Ao propor este modelo de Bispo ao Santo Padre, D. Lefebvre se mostrava totalmente respeitoso das competências e exigências, desde que ele não pedia para os seus bispos uma competência acima das exigências às quais deviam corresponder. No mandato de Écône, D. Lefebvre ficou fiel a este compromisso? Ficou fiel 100%, pois conferiu aos bispos por ele sagrados apenas o poder de ordem. É certo que eles não podem ser considerados como idênticos a bispos "missionários". E isto por dois motivos: porque estes últimos recebem sua jurisdição do Papa e também esta jurisdição não se exerce em estado de necessidade. Mas, em substância, pode-se dizer que os bispos "auxiliares" da Fraternidade são efetivamente "missionários", porque receberam (somente) um poder de ordem a exercer com uma jurisdição dada in actu, para cada caso, sobre as pessoas 5.

  1. 1. Fideliter cit; e Boletim cit: "aestimamus omnes poenas, censuras ab his auctoritatibus porlatas nihil momenti esse.

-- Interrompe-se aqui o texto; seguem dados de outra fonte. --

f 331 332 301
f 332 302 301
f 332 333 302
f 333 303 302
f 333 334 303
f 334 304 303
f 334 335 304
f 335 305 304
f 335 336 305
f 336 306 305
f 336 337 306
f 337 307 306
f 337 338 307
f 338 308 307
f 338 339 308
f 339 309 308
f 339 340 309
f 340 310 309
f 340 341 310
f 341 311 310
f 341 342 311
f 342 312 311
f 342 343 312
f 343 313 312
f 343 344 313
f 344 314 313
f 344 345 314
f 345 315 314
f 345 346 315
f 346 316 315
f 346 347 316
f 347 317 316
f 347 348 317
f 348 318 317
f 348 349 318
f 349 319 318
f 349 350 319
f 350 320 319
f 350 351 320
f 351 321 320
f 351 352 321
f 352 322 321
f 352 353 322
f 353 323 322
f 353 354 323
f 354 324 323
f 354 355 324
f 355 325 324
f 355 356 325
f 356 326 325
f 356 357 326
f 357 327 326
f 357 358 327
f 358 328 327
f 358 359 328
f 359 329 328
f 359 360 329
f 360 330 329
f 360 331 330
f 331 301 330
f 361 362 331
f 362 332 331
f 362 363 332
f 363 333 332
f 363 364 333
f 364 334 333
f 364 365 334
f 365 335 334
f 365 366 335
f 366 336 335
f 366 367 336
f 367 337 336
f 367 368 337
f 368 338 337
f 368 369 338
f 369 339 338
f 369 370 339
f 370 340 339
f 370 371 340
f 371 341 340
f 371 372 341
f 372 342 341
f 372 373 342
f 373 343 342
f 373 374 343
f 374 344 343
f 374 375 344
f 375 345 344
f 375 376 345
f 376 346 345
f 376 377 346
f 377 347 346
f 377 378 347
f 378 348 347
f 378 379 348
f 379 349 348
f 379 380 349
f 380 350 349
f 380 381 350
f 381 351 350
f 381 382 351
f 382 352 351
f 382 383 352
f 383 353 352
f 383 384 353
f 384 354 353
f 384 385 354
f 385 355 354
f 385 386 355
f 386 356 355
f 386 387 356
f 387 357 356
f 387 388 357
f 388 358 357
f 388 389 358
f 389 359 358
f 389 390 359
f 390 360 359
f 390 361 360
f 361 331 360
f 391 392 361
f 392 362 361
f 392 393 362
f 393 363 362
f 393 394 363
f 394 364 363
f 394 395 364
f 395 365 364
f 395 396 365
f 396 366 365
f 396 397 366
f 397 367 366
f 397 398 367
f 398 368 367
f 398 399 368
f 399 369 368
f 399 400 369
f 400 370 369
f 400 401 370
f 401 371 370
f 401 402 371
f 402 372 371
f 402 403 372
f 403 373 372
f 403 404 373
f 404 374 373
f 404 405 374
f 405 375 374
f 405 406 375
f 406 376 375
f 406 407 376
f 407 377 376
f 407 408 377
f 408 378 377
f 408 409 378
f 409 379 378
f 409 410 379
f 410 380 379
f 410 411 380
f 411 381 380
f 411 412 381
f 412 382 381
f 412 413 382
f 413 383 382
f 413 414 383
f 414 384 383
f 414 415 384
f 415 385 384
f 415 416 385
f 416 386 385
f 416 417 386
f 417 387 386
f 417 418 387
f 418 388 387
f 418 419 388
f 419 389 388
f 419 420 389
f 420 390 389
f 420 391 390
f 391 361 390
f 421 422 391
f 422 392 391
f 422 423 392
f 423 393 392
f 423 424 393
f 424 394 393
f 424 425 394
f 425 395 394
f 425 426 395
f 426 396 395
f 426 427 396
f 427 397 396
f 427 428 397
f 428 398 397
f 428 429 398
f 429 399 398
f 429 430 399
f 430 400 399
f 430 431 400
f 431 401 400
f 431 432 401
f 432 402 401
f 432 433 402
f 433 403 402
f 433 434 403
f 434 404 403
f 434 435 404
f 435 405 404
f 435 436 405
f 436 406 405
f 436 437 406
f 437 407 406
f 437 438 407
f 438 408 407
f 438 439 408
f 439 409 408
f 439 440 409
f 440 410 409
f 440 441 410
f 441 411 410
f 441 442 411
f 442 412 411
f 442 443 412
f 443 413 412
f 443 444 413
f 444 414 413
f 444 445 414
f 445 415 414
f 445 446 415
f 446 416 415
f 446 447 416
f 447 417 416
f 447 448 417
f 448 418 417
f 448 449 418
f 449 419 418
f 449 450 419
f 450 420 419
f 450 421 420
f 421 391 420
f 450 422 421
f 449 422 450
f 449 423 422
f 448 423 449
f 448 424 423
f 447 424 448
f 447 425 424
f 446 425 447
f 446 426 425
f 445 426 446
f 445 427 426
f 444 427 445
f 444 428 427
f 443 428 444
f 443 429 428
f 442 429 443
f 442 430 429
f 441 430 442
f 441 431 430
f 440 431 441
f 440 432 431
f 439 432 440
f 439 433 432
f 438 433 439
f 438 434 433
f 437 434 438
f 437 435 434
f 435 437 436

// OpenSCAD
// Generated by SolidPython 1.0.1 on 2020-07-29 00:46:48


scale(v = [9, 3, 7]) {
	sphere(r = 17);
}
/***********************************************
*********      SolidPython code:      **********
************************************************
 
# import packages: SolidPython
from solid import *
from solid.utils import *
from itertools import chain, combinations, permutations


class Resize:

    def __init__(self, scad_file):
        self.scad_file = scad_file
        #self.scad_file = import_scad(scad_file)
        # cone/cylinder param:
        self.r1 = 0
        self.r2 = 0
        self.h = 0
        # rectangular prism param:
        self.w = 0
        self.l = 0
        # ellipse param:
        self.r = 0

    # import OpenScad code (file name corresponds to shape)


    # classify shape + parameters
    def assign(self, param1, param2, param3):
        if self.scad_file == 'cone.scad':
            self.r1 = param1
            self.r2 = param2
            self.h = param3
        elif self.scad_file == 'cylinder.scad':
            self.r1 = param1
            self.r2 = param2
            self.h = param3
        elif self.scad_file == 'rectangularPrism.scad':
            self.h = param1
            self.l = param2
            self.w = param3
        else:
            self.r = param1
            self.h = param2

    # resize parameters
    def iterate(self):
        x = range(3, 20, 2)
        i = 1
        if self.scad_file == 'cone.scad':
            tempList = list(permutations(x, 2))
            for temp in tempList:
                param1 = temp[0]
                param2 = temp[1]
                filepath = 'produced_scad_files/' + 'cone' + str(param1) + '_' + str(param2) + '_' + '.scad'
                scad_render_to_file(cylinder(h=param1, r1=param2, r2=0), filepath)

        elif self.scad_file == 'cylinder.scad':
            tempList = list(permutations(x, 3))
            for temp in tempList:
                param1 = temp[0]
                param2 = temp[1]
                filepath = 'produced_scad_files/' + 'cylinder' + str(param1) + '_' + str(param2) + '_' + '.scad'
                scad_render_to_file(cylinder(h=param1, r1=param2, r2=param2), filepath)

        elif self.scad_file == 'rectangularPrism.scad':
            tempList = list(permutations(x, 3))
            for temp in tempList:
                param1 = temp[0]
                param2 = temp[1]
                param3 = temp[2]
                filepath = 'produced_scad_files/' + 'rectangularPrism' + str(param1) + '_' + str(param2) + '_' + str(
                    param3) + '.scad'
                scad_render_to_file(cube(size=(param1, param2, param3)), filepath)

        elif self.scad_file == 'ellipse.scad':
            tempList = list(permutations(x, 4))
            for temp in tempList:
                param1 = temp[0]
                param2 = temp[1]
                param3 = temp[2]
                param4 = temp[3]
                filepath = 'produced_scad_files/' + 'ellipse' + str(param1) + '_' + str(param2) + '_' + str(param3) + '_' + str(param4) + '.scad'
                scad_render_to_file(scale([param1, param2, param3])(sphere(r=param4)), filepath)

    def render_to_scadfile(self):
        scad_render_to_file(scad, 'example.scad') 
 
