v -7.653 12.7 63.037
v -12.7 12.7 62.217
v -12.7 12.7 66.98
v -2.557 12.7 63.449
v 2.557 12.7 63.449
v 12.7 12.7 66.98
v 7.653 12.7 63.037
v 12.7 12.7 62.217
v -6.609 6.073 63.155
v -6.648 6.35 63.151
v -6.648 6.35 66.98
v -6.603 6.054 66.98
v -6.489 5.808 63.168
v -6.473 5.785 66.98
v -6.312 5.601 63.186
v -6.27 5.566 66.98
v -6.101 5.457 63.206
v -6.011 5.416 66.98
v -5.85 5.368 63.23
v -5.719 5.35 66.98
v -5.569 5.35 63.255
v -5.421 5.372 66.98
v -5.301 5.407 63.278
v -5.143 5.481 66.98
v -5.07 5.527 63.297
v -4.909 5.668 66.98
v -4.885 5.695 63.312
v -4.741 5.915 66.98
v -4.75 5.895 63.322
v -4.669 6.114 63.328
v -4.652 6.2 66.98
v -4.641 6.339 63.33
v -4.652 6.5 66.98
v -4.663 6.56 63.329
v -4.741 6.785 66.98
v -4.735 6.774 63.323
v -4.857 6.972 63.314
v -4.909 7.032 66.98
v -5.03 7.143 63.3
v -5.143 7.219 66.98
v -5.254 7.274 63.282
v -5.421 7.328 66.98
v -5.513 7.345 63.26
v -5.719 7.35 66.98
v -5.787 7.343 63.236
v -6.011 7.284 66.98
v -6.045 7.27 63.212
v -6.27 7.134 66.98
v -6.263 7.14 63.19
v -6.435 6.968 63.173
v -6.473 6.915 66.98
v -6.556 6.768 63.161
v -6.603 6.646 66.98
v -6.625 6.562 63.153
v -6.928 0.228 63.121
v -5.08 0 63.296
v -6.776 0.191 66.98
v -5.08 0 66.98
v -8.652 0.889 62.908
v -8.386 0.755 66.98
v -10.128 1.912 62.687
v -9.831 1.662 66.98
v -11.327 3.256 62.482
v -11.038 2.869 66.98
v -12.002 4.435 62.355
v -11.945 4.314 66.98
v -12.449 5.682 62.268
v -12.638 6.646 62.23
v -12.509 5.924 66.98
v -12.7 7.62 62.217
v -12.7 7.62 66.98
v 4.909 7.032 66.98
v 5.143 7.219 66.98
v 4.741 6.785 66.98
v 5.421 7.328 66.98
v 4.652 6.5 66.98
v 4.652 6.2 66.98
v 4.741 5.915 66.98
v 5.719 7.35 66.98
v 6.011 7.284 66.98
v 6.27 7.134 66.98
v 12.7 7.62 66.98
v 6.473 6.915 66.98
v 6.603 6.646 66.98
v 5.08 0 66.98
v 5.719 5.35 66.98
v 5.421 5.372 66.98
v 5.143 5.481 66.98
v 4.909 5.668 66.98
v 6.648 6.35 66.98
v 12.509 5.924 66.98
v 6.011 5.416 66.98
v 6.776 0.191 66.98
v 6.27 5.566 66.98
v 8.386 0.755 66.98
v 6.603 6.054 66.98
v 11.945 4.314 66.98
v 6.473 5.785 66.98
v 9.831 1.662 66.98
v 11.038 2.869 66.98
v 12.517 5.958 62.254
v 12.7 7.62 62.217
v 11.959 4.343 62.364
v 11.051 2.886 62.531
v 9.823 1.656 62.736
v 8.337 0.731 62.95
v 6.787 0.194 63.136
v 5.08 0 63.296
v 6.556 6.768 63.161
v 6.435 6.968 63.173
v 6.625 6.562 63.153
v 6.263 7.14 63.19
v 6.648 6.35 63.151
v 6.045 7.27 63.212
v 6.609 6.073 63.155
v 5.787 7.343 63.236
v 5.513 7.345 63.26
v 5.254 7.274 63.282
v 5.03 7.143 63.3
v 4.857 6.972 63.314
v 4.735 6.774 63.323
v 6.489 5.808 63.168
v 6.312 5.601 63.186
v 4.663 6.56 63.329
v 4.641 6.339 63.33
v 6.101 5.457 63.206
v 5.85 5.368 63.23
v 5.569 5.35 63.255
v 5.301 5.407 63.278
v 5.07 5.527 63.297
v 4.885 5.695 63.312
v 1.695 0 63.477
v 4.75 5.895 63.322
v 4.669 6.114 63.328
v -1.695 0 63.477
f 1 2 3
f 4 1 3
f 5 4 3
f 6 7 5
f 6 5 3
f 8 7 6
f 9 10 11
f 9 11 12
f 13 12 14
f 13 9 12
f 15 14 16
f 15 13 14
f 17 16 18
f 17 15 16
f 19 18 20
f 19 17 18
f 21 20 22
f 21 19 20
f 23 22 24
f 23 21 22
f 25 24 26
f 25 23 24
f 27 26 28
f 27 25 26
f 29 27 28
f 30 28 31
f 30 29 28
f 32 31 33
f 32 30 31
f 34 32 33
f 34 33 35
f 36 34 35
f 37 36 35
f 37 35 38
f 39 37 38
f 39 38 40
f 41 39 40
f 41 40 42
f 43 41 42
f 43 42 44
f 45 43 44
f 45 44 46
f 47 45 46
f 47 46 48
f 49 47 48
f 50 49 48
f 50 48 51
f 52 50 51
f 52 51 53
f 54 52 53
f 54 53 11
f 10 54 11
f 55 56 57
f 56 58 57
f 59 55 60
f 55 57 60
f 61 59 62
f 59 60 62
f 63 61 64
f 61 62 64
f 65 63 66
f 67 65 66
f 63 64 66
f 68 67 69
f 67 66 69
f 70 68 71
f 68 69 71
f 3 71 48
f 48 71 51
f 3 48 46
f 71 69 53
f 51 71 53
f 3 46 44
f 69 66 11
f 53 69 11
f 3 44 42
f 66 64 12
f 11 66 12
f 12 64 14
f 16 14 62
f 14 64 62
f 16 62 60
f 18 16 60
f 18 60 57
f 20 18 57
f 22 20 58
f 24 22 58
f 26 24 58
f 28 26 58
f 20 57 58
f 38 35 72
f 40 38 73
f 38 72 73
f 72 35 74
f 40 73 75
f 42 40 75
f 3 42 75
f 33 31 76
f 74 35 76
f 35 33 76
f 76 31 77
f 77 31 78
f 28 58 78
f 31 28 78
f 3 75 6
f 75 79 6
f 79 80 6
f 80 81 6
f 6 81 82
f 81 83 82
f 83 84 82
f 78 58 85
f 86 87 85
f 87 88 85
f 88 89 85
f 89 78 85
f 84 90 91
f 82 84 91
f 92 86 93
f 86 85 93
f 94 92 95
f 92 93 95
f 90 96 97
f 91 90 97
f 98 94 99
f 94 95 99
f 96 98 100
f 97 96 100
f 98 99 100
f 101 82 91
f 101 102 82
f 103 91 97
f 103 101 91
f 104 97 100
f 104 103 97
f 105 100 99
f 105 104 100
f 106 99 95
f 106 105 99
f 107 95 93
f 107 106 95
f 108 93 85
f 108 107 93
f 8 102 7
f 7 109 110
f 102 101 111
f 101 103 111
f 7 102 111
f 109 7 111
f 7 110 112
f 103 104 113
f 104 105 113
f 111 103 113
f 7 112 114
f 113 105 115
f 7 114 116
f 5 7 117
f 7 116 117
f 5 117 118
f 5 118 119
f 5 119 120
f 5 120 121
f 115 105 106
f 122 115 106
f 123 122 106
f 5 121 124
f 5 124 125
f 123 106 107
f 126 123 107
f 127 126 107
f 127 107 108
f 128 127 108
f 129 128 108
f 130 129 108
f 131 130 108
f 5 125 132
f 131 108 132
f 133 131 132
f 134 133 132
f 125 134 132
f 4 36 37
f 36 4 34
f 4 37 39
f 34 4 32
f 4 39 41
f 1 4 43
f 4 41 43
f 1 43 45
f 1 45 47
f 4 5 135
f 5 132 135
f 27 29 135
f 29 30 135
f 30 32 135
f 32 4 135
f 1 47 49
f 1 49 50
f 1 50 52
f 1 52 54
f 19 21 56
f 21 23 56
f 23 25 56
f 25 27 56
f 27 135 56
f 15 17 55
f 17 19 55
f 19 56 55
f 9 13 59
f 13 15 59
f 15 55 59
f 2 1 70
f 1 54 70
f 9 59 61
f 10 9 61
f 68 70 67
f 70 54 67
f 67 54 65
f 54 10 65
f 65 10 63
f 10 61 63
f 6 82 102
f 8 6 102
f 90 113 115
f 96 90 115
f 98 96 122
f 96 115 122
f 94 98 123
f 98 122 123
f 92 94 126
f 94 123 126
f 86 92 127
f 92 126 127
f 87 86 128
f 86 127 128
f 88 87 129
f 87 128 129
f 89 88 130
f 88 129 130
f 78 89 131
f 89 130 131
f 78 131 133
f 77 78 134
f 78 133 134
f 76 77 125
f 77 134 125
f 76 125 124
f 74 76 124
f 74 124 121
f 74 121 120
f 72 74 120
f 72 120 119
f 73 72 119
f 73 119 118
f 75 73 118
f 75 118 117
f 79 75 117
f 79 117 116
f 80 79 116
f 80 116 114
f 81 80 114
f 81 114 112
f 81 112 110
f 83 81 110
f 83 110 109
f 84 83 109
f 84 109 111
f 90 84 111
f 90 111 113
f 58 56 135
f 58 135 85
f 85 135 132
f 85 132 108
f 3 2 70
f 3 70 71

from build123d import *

# Parameters (mm, degrees)
BOSS_EXTRUDE1_DEPTH = 12.7
SKETCH2_R           = 1.0033
CUT_EXTRUDE1_DEPTH  = 66.979539467
FILLET1_R           = 7.62


with BuildPart() as part:
    # Sketch1 → Boss-Extrude1 (new body)
    with BuildSketch(Plane(origin=(0, 0, 0), x_dir=(1, 0, 0), z_dir=(0, 1, 0))):
        with BuildLine():
            ThreePointArc((12.7, -62.217039467), (0, -63.5), (-12.7, -62.217039467))
            Line((-12.7, -62.217039467), (-12.7, -66.979539467))
            Line((-12.7, -66.979539467), (12.7, -66.979539467))
            Line((12.7, -66.979539467), (12.7, -62.217039467))
        make_face()
    extrude(amount=BOSS_EXTRUDE1_DEPTH)

    # Sketch2 → Cut-Extrude1 (cut)
    with BuildSketch(Plane.XY):
        with Locations(Location((-5.644444444, 6.35, 0), (0, 0, 180))):
            Circle(SKETCH2_R)
    cut_extrude1 = extrude(amount=CUT_EXTRUDE1_DEPTH, mode=Mode.SUBTRACT)

    # Mirror1: Cut-Extrude1 across plane
    add(cut_extrude1.mirror(Plane(origin=(0, 0, 0), x_dir=(0, 0, 1), z_dir=(1, 0, 0))), mode=Mode.SUBTRACT)

    # Fillet1
    fillet1_edges = [part.edges().sort_by_distance(p)[0] for p in [
        (12.7, 0, 64.598289467),
        (-12.7, 0, 64.598289467),
    ]]
    fillet(fillet1_edges, radius=FILLET1_R)


solid = part.part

  2. 2. L’Osservatore Romano de 3-7 -1988. 78)
  3. 3. Fideliter cit.: Boletim cit.
  4. 4. Fideliter ed. especial de 29-30 de junho de 1988 cit. O texto desta carta continua como segue: "Eu vos conjuro a vos manterdes unidos à Sé de Pedro, à Igreja Romana, Mãe e Mestra de todas as igrejas na fé católica integral, expressa nas símbolos da fé, no Catecismo do Concílio de Trento, conforme ao que vos foi ensinado no vosso seminário. Permanecei fiéis na transmissão desta fé para que venha o Reino de Nosso Senhor" (os negritos são nossos).
  5. 5. Os bispos sagrados como "auxiliares da Fraternidade" não entram na categoria de bispos "auxiliares" sem direito de sucessão, segundo o código 403 § 1 do CIC em vigor. Estes últimos gozam do poder de jurisdição no território de sua diocese, colocados "a latere" do bispo diocesano, quando este "não pode pessoalmente cumprir todos os deveres episcopais como o exigiria o bem das almas" (Commento cit.. p. 241) Deve-se em seguida lembrar que a jurisdição in actu suprida não é idêntica à expedita in actu, mencionada no no. 2 da nota praevia, anexada à Lumen Gentium. Visto que esta ultima resulta sempre duma missão canônica. O que justifica a jurisdição suprida in actu é especialmente o estado de necessidade, em particular no caso de erros graves e de heresias, publicamente difundidas, mesmo e sobretudo por causa da omissão da Igreja oficial. Numa tal situação, a necessidade grave de muitos (porque eles correm um grave perigo - e isto é suficiente - de serem seduzidos pelo erro) se assemelha, pela doutrina unânime, à necessidade extrema dum indivíduo (como pode haver em caso de perigo de morte).